=== Section Start ===

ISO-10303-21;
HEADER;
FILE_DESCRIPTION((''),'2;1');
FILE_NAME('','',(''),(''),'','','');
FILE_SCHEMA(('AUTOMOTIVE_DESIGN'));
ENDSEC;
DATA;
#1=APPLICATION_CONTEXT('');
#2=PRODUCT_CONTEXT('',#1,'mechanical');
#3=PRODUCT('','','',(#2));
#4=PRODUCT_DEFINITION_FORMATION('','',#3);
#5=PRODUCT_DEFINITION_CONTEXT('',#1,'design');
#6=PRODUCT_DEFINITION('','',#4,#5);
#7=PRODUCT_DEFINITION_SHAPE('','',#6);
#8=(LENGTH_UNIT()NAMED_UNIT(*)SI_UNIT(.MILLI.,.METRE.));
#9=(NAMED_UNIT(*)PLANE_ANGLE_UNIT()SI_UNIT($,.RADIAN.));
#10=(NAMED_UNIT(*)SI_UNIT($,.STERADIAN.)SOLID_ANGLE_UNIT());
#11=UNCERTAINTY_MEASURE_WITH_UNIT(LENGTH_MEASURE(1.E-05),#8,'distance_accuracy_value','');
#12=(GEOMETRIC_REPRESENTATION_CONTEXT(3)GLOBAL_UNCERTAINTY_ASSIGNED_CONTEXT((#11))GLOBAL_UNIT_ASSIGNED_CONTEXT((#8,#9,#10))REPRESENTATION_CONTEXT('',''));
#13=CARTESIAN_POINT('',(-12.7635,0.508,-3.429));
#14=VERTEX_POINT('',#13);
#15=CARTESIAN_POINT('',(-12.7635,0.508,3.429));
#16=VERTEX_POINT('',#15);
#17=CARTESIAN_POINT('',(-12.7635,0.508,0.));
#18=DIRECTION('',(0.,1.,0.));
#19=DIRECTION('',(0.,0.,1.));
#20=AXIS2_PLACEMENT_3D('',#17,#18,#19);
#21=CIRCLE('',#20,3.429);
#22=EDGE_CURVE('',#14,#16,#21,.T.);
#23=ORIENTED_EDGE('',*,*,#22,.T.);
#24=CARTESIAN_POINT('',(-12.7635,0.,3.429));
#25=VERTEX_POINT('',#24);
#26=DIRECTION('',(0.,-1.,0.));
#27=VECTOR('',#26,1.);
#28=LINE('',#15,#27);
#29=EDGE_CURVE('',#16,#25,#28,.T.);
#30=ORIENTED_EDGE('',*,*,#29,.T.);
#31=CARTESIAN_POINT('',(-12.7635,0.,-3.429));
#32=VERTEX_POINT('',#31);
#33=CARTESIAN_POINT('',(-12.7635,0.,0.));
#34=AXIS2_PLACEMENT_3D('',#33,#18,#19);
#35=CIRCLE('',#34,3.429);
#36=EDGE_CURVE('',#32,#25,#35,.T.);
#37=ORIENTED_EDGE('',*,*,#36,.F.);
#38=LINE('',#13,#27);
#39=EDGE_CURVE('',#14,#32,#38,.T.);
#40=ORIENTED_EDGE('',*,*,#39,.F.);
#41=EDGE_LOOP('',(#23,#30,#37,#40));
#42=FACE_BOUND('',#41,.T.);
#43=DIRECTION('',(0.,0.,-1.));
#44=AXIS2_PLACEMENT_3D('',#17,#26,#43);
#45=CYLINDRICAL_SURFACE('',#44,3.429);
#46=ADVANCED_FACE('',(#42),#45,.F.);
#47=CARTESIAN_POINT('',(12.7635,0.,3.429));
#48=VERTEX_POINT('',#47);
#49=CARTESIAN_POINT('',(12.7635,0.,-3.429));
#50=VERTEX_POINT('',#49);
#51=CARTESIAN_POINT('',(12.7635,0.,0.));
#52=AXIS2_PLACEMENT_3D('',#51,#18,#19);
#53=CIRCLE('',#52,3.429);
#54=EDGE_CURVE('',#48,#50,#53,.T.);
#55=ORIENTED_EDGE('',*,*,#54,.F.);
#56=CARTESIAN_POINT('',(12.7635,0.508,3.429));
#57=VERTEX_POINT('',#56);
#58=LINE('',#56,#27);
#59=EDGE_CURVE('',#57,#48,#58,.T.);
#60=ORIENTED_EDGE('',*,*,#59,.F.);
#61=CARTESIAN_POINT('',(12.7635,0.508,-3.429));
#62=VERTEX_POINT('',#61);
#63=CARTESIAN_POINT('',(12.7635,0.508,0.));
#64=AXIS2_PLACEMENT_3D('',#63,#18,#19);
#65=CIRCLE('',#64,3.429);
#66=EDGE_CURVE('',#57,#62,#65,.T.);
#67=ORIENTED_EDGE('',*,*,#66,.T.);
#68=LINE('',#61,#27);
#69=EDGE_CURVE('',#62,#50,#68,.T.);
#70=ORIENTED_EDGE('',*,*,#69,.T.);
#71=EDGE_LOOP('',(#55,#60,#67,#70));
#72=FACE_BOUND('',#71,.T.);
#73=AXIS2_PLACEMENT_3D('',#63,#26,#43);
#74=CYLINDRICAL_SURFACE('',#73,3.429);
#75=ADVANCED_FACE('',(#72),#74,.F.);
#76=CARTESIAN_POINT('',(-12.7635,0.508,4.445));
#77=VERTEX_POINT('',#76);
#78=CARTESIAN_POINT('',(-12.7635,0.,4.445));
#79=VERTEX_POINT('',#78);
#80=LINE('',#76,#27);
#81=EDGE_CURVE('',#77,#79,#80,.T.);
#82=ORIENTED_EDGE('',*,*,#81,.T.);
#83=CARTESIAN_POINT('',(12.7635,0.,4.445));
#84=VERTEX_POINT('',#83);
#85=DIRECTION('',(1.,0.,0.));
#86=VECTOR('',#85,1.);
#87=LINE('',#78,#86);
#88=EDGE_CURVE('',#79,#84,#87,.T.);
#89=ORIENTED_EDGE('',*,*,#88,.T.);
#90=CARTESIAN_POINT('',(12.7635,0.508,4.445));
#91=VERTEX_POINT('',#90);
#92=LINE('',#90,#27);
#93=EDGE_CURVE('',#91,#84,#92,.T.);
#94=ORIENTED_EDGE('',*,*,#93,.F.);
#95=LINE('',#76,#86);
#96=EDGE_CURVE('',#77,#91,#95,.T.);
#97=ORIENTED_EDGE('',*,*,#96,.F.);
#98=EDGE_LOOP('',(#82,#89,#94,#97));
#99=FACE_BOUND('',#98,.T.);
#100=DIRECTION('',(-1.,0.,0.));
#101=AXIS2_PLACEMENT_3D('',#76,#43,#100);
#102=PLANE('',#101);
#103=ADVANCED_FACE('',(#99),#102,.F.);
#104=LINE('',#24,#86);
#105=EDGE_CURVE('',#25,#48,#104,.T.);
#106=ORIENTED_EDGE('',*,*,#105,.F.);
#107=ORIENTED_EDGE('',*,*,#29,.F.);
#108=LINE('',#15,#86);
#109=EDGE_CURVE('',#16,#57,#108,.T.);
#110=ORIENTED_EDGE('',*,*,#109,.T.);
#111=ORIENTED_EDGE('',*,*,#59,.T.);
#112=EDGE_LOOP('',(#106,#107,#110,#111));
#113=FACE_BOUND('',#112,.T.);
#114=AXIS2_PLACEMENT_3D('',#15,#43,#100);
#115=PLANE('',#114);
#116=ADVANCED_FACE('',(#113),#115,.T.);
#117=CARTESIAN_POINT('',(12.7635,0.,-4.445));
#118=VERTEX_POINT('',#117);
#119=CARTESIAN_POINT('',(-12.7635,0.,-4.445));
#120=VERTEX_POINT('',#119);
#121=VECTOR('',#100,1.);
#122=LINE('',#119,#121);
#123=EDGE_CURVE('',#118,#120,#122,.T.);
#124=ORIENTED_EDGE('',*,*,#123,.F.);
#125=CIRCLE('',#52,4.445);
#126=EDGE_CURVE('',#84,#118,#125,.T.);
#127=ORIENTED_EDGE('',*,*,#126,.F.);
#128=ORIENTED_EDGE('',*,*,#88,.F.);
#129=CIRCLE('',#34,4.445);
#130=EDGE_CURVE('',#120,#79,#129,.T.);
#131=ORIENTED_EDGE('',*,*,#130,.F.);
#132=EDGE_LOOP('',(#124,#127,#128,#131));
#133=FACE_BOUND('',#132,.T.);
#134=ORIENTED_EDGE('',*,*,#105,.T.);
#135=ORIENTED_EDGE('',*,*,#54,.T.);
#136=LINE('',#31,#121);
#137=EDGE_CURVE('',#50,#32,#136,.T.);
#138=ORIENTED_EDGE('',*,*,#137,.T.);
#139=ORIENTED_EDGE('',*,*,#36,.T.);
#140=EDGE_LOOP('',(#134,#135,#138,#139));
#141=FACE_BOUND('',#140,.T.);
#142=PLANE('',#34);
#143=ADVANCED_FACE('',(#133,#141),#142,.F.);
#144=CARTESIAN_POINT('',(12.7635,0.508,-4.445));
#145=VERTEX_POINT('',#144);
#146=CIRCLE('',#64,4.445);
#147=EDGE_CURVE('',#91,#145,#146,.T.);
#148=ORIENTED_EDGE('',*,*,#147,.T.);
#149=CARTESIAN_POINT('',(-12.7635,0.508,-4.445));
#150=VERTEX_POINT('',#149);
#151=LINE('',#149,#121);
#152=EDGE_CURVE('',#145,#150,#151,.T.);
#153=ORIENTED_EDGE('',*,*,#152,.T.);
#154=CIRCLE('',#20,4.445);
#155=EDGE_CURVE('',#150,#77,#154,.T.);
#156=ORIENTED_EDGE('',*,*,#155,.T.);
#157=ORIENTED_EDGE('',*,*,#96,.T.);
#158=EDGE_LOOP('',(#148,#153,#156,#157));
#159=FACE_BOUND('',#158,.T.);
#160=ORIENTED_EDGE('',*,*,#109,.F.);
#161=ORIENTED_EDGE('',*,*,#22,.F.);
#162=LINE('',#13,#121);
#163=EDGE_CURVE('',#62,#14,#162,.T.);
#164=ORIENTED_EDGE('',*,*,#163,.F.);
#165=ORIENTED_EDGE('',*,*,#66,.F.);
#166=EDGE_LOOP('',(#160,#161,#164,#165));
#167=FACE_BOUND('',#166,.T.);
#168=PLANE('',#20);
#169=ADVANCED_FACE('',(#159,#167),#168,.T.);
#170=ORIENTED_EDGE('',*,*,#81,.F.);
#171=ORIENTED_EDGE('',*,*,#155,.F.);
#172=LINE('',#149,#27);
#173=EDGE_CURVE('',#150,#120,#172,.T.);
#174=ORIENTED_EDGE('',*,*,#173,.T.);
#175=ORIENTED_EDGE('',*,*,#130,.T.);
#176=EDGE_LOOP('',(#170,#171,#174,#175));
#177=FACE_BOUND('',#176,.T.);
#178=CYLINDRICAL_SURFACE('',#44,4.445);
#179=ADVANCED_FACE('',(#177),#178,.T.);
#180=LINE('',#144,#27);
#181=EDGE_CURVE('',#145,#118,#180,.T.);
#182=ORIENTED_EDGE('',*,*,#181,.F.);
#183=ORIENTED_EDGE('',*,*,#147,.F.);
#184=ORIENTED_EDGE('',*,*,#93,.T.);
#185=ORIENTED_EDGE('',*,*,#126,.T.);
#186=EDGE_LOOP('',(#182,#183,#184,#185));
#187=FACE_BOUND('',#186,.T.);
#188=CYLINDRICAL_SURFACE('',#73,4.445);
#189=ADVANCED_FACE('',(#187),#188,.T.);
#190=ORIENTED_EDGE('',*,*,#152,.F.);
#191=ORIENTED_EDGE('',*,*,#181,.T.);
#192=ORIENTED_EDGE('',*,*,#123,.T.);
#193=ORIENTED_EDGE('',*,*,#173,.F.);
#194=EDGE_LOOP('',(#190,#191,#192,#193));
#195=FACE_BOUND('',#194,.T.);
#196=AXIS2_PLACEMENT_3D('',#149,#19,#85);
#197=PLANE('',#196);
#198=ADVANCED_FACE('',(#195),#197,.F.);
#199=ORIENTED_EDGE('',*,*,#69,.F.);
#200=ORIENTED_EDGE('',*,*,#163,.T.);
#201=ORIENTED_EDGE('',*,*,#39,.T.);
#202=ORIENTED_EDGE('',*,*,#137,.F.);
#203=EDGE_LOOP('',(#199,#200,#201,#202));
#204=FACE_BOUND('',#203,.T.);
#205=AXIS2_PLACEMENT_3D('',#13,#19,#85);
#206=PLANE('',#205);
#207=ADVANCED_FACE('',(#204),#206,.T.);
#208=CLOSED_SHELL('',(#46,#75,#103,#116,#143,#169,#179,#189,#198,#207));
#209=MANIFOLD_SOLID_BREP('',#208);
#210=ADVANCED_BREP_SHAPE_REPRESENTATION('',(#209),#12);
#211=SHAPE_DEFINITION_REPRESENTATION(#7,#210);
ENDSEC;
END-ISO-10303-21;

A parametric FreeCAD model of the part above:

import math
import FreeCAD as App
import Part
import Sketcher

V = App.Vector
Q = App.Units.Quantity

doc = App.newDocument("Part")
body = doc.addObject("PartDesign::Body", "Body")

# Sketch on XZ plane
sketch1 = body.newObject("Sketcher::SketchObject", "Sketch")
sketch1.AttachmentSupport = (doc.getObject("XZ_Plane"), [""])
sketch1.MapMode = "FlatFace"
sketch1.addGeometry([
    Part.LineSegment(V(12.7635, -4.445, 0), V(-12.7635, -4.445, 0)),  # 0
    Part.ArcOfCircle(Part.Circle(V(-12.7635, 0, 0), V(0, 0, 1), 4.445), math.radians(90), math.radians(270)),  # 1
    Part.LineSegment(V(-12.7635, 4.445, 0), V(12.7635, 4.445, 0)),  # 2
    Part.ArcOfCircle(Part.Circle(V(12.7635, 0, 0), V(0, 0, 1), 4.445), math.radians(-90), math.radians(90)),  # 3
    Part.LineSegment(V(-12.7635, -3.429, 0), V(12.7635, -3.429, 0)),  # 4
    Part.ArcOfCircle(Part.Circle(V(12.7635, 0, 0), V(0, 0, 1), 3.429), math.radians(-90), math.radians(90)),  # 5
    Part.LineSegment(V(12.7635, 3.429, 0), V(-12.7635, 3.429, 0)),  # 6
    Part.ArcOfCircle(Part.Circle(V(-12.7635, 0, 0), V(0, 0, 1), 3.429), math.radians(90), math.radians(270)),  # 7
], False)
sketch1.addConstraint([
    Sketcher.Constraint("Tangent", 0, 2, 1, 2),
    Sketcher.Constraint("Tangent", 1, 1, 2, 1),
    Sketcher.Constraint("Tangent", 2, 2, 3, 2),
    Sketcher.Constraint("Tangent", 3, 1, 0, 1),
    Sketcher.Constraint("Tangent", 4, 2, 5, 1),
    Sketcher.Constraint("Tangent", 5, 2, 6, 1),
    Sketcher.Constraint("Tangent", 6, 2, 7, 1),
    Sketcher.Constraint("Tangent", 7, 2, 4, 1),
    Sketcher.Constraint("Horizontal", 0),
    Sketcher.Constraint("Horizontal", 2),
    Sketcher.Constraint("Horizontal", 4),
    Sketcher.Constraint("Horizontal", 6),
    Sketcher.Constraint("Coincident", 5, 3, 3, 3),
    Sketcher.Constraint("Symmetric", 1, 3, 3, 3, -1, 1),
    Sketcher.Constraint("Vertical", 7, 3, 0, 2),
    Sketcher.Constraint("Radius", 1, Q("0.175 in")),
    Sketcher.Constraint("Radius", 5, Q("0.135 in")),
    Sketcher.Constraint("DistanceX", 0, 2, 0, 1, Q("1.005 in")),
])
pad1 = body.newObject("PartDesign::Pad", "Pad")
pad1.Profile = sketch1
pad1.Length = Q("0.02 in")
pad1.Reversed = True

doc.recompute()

=== Section End ===

# [Prompt]
Retype only the stretch of lines above starting at the one with "#194=EDGE_LOOP('',(#190,#191,#192,#193));" and stopping at the one with "A parametric FreeCAD", exactly as written, with both kept.

# [Exercise solution]
#194=EDGE_LOOP('',(#190,#191,#192,#193));
#195=FACE_BOUND('',#194,.T.);
#196=AXIS2_PLACEMENT_3D('',#149,#19,#85);
#197=PLANE('',#196);
#198=ADVANCED_FACE('',(#195),#197,.F.);
#199=ORIENTED_EDGE('',*,*,#69,.F.);
#200=ORIENTED_EDGE('',*,*,#163,.T.);
#201=ORIENTED_EDGE('',*,*,#39,.T.);
#202=ORIENTED_EDGE('',*,*,#137,.F.);
#203=EDGE_LOOP('',(#199,#200,#201,#202));
#204=FACE_BOUND('',#203,.T.);
#205=AXIS2_PLACEMENT_3D('',#13,#19,#85);
#206=PLANE('',#205);
#207=ADVANCED_FACE('',(#204),#206,.T.);
#208=CLOSED_SHELL('',(#46,#75,#103,#116,#143,#169,#179,#189,#198,#207));
#209=MANIFOLD_SOLID_BREP('',#208);
#210=ADVANCED_BREP_SHAPE_REPRESENTATION('',(#209),#12);
#211=SHAPE_DEFINITION_REPRESENTATION(#7,#210);
ENDSEC;
END-ISO-10303-21;

A parametric FreeCAD model of the part above:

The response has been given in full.